Sur un plan plus large, la CNIL a lancé en mars 2025 une consultation publique pour moderniser le cadre applicable aux véhicules connectés. Elle insiste sur la minimisation des données collectées, le traitement local dans le véhicule quand c’est possible, et le chiffrement systématique des flux.
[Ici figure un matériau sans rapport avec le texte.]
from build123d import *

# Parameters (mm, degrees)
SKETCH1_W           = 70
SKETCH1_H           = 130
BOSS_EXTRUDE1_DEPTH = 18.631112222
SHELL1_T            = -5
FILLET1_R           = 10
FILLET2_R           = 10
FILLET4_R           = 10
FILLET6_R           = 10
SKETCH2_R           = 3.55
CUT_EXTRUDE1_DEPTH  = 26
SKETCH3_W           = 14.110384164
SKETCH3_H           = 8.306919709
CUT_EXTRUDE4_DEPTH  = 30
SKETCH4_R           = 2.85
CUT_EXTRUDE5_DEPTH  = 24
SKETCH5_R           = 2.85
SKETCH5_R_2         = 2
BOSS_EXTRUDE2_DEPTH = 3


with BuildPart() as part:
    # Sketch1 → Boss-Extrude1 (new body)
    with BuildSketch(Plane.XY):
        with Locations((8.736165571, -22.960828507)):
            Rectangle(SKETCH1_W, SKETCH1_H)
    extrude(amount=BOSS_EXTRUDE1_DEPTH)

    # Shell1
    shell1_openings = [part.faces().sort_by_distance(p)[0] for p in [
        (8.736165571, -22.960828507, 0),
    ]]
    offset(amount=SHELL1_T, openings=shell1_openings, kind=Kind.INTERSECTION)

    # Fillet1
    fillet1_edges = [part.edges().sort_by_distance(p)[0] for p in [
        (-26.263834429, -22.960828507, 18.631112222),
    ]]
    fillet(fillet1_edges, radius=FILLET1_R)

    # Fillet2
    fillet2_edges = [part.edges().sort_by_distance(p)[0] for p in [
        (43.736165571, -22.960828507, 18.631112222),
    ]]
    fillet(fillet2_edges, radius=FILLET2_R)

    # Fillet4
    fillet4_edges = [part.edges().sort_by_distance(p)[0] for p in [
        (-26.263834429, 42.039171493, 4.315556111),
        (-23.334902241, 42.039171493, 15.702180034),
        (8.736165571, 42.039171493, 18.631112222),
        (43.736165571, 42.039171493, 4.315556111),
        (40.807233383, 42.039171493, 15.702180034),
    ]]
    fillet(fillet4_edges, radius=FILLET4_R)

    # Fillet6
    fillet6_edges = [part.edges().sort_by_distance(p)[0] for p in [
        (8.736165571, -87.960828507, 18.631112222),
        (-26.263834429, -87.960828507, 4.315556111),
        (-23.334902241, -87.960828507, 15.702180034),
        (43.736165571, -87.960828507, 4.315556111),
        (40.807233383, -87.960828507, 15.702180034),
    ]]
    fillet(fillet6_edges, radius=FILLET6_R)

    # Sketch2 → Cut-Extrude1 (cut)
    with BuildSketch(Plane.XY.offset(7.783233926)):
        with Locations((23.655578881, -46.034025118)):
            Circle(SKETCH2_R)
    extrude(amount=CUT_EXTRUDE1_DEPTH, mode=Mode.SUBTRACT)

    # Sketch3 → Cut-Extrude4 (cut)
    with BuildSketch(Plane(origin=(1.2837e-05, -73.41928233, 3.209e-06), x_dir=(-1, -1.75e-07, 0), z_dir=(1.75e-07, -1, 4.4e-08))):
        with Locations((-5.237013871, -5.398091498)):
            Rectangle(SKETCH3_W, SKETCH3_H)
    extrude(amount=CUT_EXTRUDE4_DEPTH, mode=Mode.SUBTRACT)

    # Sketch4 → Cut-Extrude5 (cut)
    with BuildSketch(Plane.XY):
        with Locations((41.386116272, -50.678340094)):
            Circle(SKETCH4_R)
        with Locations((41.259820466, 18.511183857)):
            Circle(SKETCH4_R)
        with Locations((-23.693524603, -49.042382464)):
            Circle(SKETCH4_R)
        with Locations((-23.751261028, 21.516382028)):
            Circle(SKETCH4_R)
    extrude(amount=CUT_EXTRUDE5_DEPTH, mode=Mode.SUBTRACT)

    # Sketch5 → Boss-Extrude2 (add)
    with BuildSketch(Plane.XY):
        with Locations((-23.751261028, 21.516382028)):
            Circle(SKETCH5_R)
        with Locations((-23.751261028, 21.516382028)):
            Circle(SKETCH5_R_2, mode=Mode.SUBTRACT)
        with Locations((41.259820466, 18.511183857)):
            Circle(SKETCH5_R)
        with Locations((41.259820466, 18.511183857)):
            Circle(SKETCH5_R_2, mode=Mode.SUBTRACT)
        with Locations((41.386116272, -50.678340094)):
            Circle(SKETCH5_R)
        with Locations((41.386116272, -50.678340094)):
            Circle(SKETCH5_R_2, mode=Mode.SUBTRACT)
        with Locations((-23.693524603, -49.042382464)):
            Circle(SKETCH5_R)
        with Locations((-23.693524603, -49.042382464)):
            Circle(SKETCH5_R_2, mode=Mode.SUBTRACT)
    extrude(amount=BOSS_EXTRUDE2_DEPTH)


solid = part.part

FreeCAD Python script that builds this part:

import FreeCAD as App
import Part
import Sketcher

V = App.Vector


def edges_at(feature, points):
    """Names of the edges that pass closest to the given points."""
    edges = feature.Shape.Edges
    near = lambda p: min(range(len(edges)), key=lambda i: edges[i].distToShape(Part.Vertex(*p))[0])
    return sorted({f"Edge{near(p) + 1}" for p in points})


def faces_at(feature, points):
    """Names of the faces that lie closest to the given points."""
    faces = feature.Shape.Faces
    near = lambda p: min(range(len(faces)), key=lambda i: faces[i].distToShape(Part.Vertex(*p))[0])
    return sorted({f"Face{near(p) + 1}" for p in points})

doc = App.newDocument("Part")
body = doc.addObject("PartDesign::Body", "Body")

# Sketch on XY plane
sketch1 = body.newObject("Sketcher::SketchObject", "Sketch")
sketch1.AttachmentSupport = (doc.getObject("XY_Plane"), [""])
sketch1.MapMode = "FlatFace"
sketch1.addGeometry([
    Part.LineSegment(V(-26, 42, 0), V(-26, -88, 0)),
    Part.LineSegment(V(-26, -88, 0), V(44, -88, 0)),
    Part.LineSegment(V(44, -88, 0), V(44, 42, 0)),
    Part.LineSegment(V(44, 42, 0), V(-26, 42, 0)),
], False)
sketch1.addConstraint([
    Sketcher.Constraint("Coincident", 0, 2, 1, 1),
    Sketcher.Constraint("Coincident", 1, 2, 2, 1),
    Sketcher.Constraint("Coincident", 2, 2, 3, 1),
    Sketcher.Constraint("Coincident", 3, 2, 0, 1),
    Sketcher.Constraint("Vertical", 0),
    Sketcher.Constraint("Horizontal", 1),
    Sketcher.Constraint("Vertical", 2),
    Sketcher.Constraint("Horizontal", 3),
    Sketcher.Constraint("DistanceX", 1, 1, 1, 2, 70.0),
    Sketcher.Constraint("DistanceY", 0, 2, 0, 1, 130.0),
    Sketcher.Constraint("DistanceY", 0, 2, -1, 1, 87.960829),
    Sketcher.Constraint("DistanceX", 0, 2, -1, 1, 26.263834),
])
pad1 = body.newObject("PartDesign::Pad", "Pad")
pad1.Profile = sketch1
pad1.Length = 18.631112
doc.recompute()

thickness = body.newObject("PartDesign::Thickness", "Thickness")
thickness.Base = (pad1, faces_at(pad1, [(8.736, -22.961, 0)]))
thickness.Value = 5
thickness.Reversed = True
thickness.Join = "Intersection"
doc.recompute()

fillet = body.newObject("PartDesign::Fillet", "Fillet")
fillet.Base = (thickness, edges_at(thickness, [(-26.264, -22.961, 18.631)]))
fillet.Radius = 10
doc.recompute()

fillet2 = body.newObject("PartDesign::Fillet", "Fillet001")
fillet2.Base = (fillet, edges_at(fillet, [(43.736, -22.961, 18.631)]))
fillet2.Radius = 10
doc.recompute()

fillet3 = body.newObject("PartDesign::Fillet", "Fillet002")
fillet3.Base = (fillet2, edges_at(fillet2, [
    (-26.264, 42.039, 4.316),
    (-23.335, 42.039, 15.702),
    (8.736, 42.039, 18.631),
    (43.736, 42.039, 4.316),
    (40.807, 42.039, 15.702),
]))
fillet3.Radius = 10
doc.recompute()

fillet4 = body.newObject("PartDesign::Fillet", "Fillet003")
fillet4.Base = (fillet3, edges_at(fillet3, [
    (8.736, -87.961, 18.631),
    (-26.264, -87.961, 4.316),
    (-23.335, -87.961, 15.702),
    (43.736, -87.961, 4.316),
    (40.807, -87.961, 15.702),
]))
fillet4.Radius = 10

# Sketch on XY plane
sketch2 = body.newObject("Sketcher::SketchObject", "Sketch001")
sketch2.AttachmentSupport = (doc.getObject("XY_Plane"), [""])
sketch2.MapMode = "FlatFace"
sketch2.AttachmentOffset = App.Placement(V(0, 0, 7.783234), App.Rotation())
sketch2.addGeometry(Part.Circle(V(23.7, -46, 0), V(0, 0, 1), 3.5), False)
sketch2.addConstraint([
    Sketcher.Constraint("Diameter", 0, 7.1),
    Sketcher.Constraint("DistanceX", -1, 1, 0, 3, 23.655579),
    Sketcher.Constraint("DistanceY", 0, 3, -1, 1, 46.034025),
])
pocket1 = body.newObject("PartDesign::Pocket", "Pocket")
pocket1.Profile = sketch2
pocket1.Length = 26
pocket1.Reversed = True

# Sketch on XZ plane
sketch3 = body.newObject("Sketcher::SketchObject", "Sketch002")
sketch3.AttachmentSupport = (doc.getObject("XZ_Plane"), [""])
sketch3.MapMode = "FlatFace"
sketch3.AttachmentOffset = App.Placement(V(0, 0, 73.419282), App.Rotation())
sketch3.addGeometry([
    Part.LineSegment(V(12, 1, 0), V(12, 10, 0)),
    Part.LineSegment(V(12, 10, 0), V(-2, 10, 0)),
    Part.LineSegment(V(-2, 10, 0), V(-2, 1, 0)),
    Part.LineSegment(V(-2, 1, 0), V(12, 1, 0)),
], False)
sketch3.addConstraint([
    Sketcher.Constraint("Coincident", 0, 2, 1, 1),
    Sketcher.Constraint("Coincident", 1, 2, 2, 1),
    Sketcher.Constraint("Coincident", 2, 2, 3, 1),
    Sketcher.Constraint("Coincident", 3, 2, 0, 1),
    Sketcher.Constraint("Vertical", 0),
    Sketcher.Constraint("Horizontal", 1),
    Sketcher.Constraint("Vertical", 2),
    Sketcher.Constraint("Horizontal", 3),
    Sketcher.Constraint("DistanceY", 0, 1, 0, 2, 8.30692),
    Sketcher.Constraint("DistanceX", 1, 2, 1, 1, 14.110384),
    Sketcher.Constraint("DistanceX", -1, 1, 0, 2, 12.292219),
    Sketcher.Constraint("DistanceY", -1, 1, 0, 2, 9.551555),
])
pocket2 = body.newObject("PartDesign::Pocket", "Pocket001")
pocket2.Profile = sketch3
pocket2.Length = 30
pocket2.Reversed = True

# Sketch on XY plane
sketch4 = body.newObject("Sketcher::SketchObject", "Sketch003")
sketch4.AttachmentSupport = (doc.getObject("XY_Plane"), [""])
sketch4.MapMode = "FlatFace"
sketch4.addGeometry([
    Part.Circle(V(41.4, -50.7, 0), V(0, 0, 1), 2.9),
    Part.Circle(V(41.3, 18.5, 0), V(0, 0, 1), 2.9),
    Part.Circle(V(-23.7, -49, 0), V(0, 0, 1), 2.9),
    Part.Circle(V(-23.8, 21.5, 0), V(0, 0, 1), 2.9),
], False)
sketch4.addConstraint([
    Sketcher.Constraint("Equal", 0, 1),
    Sketcher.Constraint("Equal", 1, 2),
    Sketcher.Constraint("Equal", 2, 3),
    Sketcher.Constraint("Diameter", 0, 5.7),
    Sketcher.Constraint("DistanceY", 1, 3, 3, 3, 3.005198),
    Sketcher.Constraint("DistanceY", 0, 3, -1, 1, 50.67834),
    Sketcher.Constraint("DistanceX", -1, 1, 1, 3, 41.25982),
    Sketcher.Constraint("DistanceX", 3, 3, -1, 1, 23.751261),
    Sketcher.Constraint("DistanceX", 2, 3, 0, 3, 65.079641),
    Sketcher.Constraint("DistanceX", -1, 1, 0, 3, 41.386116),
    Sketcher.Constraint("DistanceY", -1, 1, 1, 3, 18.511184),
    Sketcher.Constraint("DistanceY", 2, 3, -1, 1, 49.042382),
])
pocket3 = body.newObject("PartDesign::Pocket", "Pocket002")
pocket3.Profile = sketch4
pocket3.Length = 24
pocket3.Reversed = True

# Sketch on XY plane
sketch5 = body.newObject("Sketcher::SketchObject", "Sketch004")
sketch5.AttachmentSupport = (doc.getObject("XY_Plane"), [""])
sketch5.MapMode = "FlatFace"
sketch5.addGeometry([
    Part.Circle(V(-23.8, 21.5, 0), V(0, 0, 1), 2.9),  # 0
    Part.Circle(V(-23.8, 21.5, 0), V(0, 0, 1), 2),  # 1
    Part.Circle(V(41.3, 18.5, 0), V(0, 0, 1), 2.9),  # 2
    Part.Circle(V(41.3, 18.5, 0), V(0, 0, 1), 2),  # 3
    Part.Circle(V(41.4, -50.7, 0), V(0, 0, 1), 2.9),  # 4
    Part.Circle(V(41.4, -50.7, 0), V(0, 0, 1), 2),  # 5
    Part.Circle(V(-23.7, -49, 0), V(0, 0, 1), 2.9),  # 6
    Part.Circle(V(-23.7, -49, 0), V(0, 0, 1), 2),  # 7
], False)
sketch5.addConstraint([
    Sketcher.Constraint("Coincident", 1, 3, 0, 3),
    Sketcher.Constraint("Coincident", 3, 3, 2, 3),
    Sketcher.Constraint("Coincident", 5, 3, 4, 3),
    Sketcher.Constraint("Coincident", 7, 3, 6, 3),
    Sketcher.Constraint("Equal", 0, 2),
    Sketcher.Constraint("Equal", 1, 3),
    Sketcher.Constraint("Equal", 2, 4),
    Sketcher.Constraint("Equal", 3, 5),
    Sketcher.Constraint("Equal", 4, 6),
    Sketcher.Constraint("Equal", 5, 7),
    Sketcher.Constraint("Diameter", 1, 4.0),
    Sketcher.Constraint("Diameter", 0, 5.7),
    Sketcher.Constraint("DistanceY", 2, 3, 0, 3, 3.005198),
    Sketcher.Constraint("DistanceX", 0, 3, -1, 1, 23.751261),
    Sketcher.Constraint("DistanceX", -1, 1, 2, 3, 41.25982),
    Sketcher.Constraint("DistanceY", 4, 3, -1, 1, 50.67834),
    Sketcher.Constraint("DistanceX", 6, 3, 4, 3, 65.079641),
    Sketcher.Constraint("DistanceY", -1, 1, 0, 3, 21.516382),
    Sketcher.Constraint("DistanceX", -1, 1, 4, 3, 41.386116),
    Sketcher.Constraint("DistanceY", 6, 3, -1, 1, 49.042382),
])
pad2 = body.newObject("PartDesign::Pad", "Pad001")
pad2.Profile = sketch5
pad2.Length = 3

doc.recompute()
Un outil d’optimisation, pas seulement de contrôle
Dans un contexte où les flottes françaises ont reculé de 8,6 % en 2025 à 723 640 immatriculations, avec des coûts totaux de possession en hausse, la pression sur les gestionnaires de flotte est forte. La télématique répond à plusieurs besoins concrets : optimisation des tournées, lutte contre le vol (125 200 véhicules déclarés volés en France en 2025, en baisse de 9 % selon le ministère de l’Intérieur), et transition vers des flottes électrifiées. Le marché mondial de la gestion de flotte, estimé à 19,53 milliards de dollars en 2024, devrait atteindre 53 milliards en 2035.
Mais ces bénéfices ne valent que si le dispositif est conforme. Mentionner la géolocalisation dans le contrat de travail, tenir un registre des traitements, limiter l’accès aux données au personnel habilité : autant d’étapes que les entreprises, notamment dans le BTP, le transport ou la logistique, négligent encore trop souvent.